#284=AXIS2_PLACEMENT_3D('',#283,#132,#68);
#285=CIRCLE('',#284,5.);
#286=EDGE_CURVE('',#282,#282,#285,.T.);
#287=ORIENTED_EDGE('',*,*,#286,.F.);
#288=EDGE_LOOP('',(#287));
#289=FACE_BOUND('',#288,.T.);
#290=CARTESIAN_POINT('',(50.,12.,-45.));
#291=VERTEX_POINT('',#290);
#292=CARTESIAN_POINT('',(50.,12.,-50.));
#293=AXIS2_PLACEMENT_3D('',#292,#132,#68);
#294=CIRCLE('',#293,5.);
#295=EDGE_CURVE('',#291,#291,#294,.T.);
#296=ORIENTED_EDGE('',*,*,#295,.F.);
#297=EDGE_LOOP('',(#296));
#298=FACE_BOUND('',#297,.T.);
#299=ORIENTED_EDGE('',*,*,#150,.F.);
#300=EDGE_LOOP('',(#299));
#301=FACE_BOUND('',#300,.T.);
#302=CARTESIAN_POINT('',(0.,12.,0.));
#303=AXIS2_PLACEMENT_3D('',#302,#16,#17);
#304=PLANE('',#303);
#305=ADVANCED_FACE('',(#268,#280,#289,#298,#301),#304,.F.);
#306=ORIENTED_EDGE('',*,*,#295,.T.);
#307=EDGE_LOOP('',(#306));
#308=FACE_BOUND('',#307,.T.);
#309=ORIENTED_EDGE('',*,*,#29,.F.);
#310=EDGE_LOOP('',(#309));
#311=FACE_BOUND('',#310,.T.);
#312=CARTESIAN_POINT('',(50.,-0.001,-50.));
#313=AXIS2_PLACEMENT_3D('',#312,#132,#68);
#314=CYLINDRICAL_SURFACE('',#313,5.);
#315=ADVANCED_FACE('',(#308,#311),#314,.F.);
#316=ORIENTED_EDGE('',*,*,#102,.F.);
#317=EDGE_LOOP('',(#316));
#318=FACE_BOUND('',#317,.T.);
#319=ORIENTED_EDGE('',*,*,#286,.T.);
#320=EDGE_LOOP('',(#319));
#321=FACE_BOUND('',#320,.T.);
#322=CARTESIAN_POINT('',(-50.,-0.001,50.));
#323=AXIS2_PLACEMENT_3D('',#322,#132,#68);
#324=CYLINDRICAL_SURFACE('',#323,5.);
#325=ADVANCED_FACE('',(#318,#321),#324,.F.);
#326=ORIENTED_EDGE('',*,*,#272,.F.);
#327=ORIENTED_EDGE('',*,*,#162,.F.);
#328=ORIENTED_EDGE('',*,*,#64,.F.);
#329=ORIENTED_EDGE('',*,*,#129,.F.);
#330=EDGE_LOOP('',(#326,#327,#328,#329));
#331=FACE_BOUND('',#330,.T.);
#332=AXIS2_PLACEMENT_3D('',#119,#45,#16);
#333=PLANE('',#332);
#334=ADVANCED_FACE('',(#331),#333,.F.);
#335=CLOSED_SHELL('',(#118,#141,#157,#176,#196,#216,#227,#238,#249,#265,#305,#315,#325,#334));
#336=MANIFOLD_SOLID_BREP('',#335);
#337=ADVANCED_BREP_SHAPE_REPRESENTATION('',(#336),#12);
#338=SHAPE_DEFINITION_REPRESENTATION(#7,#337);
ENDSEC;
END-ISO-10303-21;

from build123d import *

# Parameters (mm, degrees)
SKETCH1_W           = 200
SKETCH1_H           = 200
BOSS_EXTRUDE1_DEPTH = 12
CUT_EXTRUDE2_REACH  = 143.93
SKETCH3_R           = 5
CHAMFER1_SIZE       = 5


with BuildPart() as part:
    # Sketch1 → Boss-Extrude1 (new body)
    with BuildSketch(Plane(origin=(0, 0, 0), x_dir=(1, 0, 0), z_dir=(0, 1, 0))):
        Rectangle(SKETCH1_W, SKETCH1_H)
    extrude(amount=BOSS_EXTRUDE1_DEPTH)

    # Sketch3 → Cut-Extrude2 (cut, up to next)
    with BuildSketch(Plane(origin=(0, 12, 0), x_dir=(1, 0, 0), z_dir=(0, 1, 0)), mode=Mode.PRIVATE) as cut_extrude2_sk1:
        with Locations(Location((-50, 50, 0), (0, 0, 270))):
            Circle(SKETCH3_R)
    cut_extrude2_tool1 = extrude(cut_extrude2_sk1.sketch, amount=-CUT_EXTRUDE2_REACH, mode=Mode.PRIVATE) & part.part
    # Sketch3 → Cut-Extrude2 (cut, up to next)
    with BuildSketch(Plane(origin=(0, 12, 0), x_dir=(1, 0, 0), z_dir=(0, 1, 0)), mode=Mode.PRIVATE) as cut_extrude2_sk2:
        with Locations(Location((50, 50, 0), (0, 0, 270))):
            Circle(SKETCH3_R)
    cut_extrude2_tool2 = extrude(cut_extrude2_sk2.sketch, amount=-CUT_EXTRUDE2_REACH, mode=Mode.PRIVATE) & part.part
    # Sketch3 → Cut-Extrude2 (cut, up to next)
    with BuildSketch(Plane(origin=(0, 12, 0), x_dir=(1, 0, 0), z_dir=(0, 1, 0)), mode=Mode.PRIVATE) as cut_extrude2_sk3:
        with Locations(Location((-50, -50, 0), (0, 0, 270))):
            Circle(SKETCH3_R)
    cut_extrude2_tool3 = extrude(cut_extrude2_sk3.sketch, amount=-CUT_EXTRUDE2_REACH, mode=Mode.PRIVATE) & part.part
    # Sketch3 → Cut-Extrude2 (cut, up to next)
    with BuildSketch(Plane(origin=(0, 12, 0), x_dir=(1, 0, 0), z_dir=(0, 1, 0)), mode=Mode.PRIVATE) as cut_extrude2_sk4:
:::::
YOUR OBJECTIVE: What is needed is an exact repetition of all the entries above.

TASK RESULT:
#284=AXIS2_PLACEMENT_3D('',#283,#132,#68);
#285=CIRCLE('',#284,5.);
#286=EDGE_CURVE('',#282,#282,#285,.T.);
#287=ORIENTED_EDGE('',*,*,#286,.F.);
#288=EDGE_LOOP('',(#287));
#289=FACE_BOUND('',#288,.T.);
#290=CARTESIAN_POINT('',(50.,12.,-45.));
#291=VERTEX_POINT('',#290);
#292=CARTESIAN_POINT('',(50.,12.,-50.));
#293=AXIS2_PLACEMENT_3D('',#292,#132,#68);
#294=CIRCLE('',#293,5.);
#295=EDGE_CURVE('',#291,#291,#294,.T.);
#296=ORIENTED_EDGE('',*,*,#295,.F.);
#297=EDGE_LOOP('',(#296));
#298=FACE_BOUND('',#297,.T.);
#299=ORIENTED_EDGE('',*,*,#150,.F.);
#300=EDGE_LOOP('',(#299));
#301=FACE_BOUND('',#300,.T.);
#302=CARTESIAN_POINT('',(0.,12.,0.));
#303=AXIS2_PLACEMENT_3D('',#302,#16,#17);
#304=PLANE('',#303);
#305=ADVANCED_FACE('',(#268,#280,#289,#298,#301),#304,.F.);
#306=ORIENTED_EDGE('',*,*,#295,.T.);
#307=EDGE_LOOP('',(#306));
#308=FACE_BOUND('',#307,.T.);
#309=ORIENTED_EDGE('',*,*,#29,.F.);
#310=EDGE_LOOP('',(#309));
#311=FACE_BOUND('',#310,.T.);
#312=CARTESIAN_POINT('',(50.,-0.001,-50.));
#313=AXIS2_PLACEMENT_3D('',#312,#132,#68);
#314=CYLINDRICAL_SURFACE('',#313,5.);
#315=ADVANCED_FACE('',(#308,#311),#314,.F.);
#316=ORIENTED_EDGE('',*,*,#102,.F.);
#317=EDGE_LOOP('',(#316));
#318=FACE_BOUND('',#317,.T.);
#319=ORIENTED_EDGE('',*,*,#286,.T.);
#320=EDGE_LOOP('',(#319));
#321=FACE_BOUND('',#320,.T.);
#322=CARTESIAN_POINT('',(-50.,-0.001,50.));
#323=AXIS2_PLACEMENT_3D('',#322,#132,#68);
#324=CYLINDRICAL_SURFACE('',#323,5.);
#325=ADVANCED_FACE('',(#318,#321),#324,.F.);
#326=ORIENTED_EDGE('',*,*,#272,.F.);
#327=ORIENTED_EDGE('',*,*,#162,.F.);
#328=ORIENTED_EDGE('',*,*,#64,.F.);
#329=ORIENTED_EDGE('',*,*,#129,.F.);
#330=EDGE_LOOP('',(#326,#327,#328,#329));
#331=FACE_BOUND('',#330,.T.);
#332=AXIS2_PLACEMENT_3D('',#119,#45,#16);
#333=PLANE('',#332);
#334=ADVANCED_FACE('',(#331),#333,.F.);
#335=CLOSED_SHELL('',(#118,#141,#157,#176,#196,#216,#227,#238,#249,#265,#305,#315,#325,#334));
#336=MANIFOLD_SOLID_BREP('',#335);
#337=ADVANCED_BREP_SHAPE_REPRESENTATION('',(#336),#12);
#338=SHAPE_DEFINITION_REPRESENTATION(#7,#337);
ENDSEC;
END-ISO-10303-21;

from build123d import *

# Parameters (mm, degrees)
SKETCH1_W           = 200
SKETCH1_H           = 200
BOSS_EXTRUDE1_DEPTH = 12
CUT_EXTRUDE2_REACH  = 143.93
SKETCH3_R           = 5
CHAMFER1_SIZE       = 5


with BuildPart() as part:
    # Sketch1 → Boss-Extrude1 (new body)
    with BuildSketch(Plane(origin=(0, 0, 0), x_dir=(1, 0, 0), z_dir=(0, 1, 0))):
        Rectangle(SKETCH1_W, SKETCH1_H)
    extrude(amount=BOSS_EXTRUDE1_DEPTH)

    # Sketch3 → Cut-Extrude2 (cut, up to next)
    with BuildSketch(Plane(origin=(0, 12, 0), x_dir=(1, 0, 0), z_dir=(0, 1, 0)), mode=Mode.PRIVATE) as cut_extrude2_sk1:
        with Locations(Location((-50, 50, 0), (0, 0, 270))):
            Circle(SKETCH3_R)
    cut_extrude2_tool1 = extrude(cut_extrude2_sk1.sketch, amount=-CUT_EXTRUDE2_REACH, mode=Mode.PRIVATE) & part.part
    # Sketch3 → Cut-Extrude2 (cut, up to next)
    with BuildSketch(Plane(origin=(0, 12, 0), x_dir=(1, 0, 0), z_dir=(0, 1, 0)), mode=Mode.PRIVATE) as cut_extrude2_sk2:
        with Locations(Location((50, 50, 0), (0, 0, 270))):
            Circle(SKETCH3_R)
    cut_extrude2_tool2 = extrude(cut_extrude2_sk2.sketch, amount=-CUT_EXTRUDE2_REACH, mode=Mode.PRIVATE) & part.part
    # Sketch3 → Cut-Extrude2 (cut, up to next)
    with BuildSketch(Plane(origin=(0, 12, 0), x_dir=(1, 0, 0), z_dir=(0, 1, 0)), mode=Mode.PRIVATE) as cut_extrude2_sk3:
        with Locations(Location((-50, -50, 0), (0, 0, 270))):
            Circle(SKETCH3_R)
    cut_extrude2_tool3 = extrude(cut_extrude2_sk3.sketch, amount=-CUT_EXTRUDE2_REACH, mode=Mode.PRIVATE) & part.part
    # Sketch3 → Cut-Extrude2 (cut, up to next)
    with BuildSketch(Plane(origin=(0, 12, 0), x_dir=(1, 0, 0), z_dir=(0, 1, 0)), mode=Mode.PRIVATE) as cut_extrude2_sk4:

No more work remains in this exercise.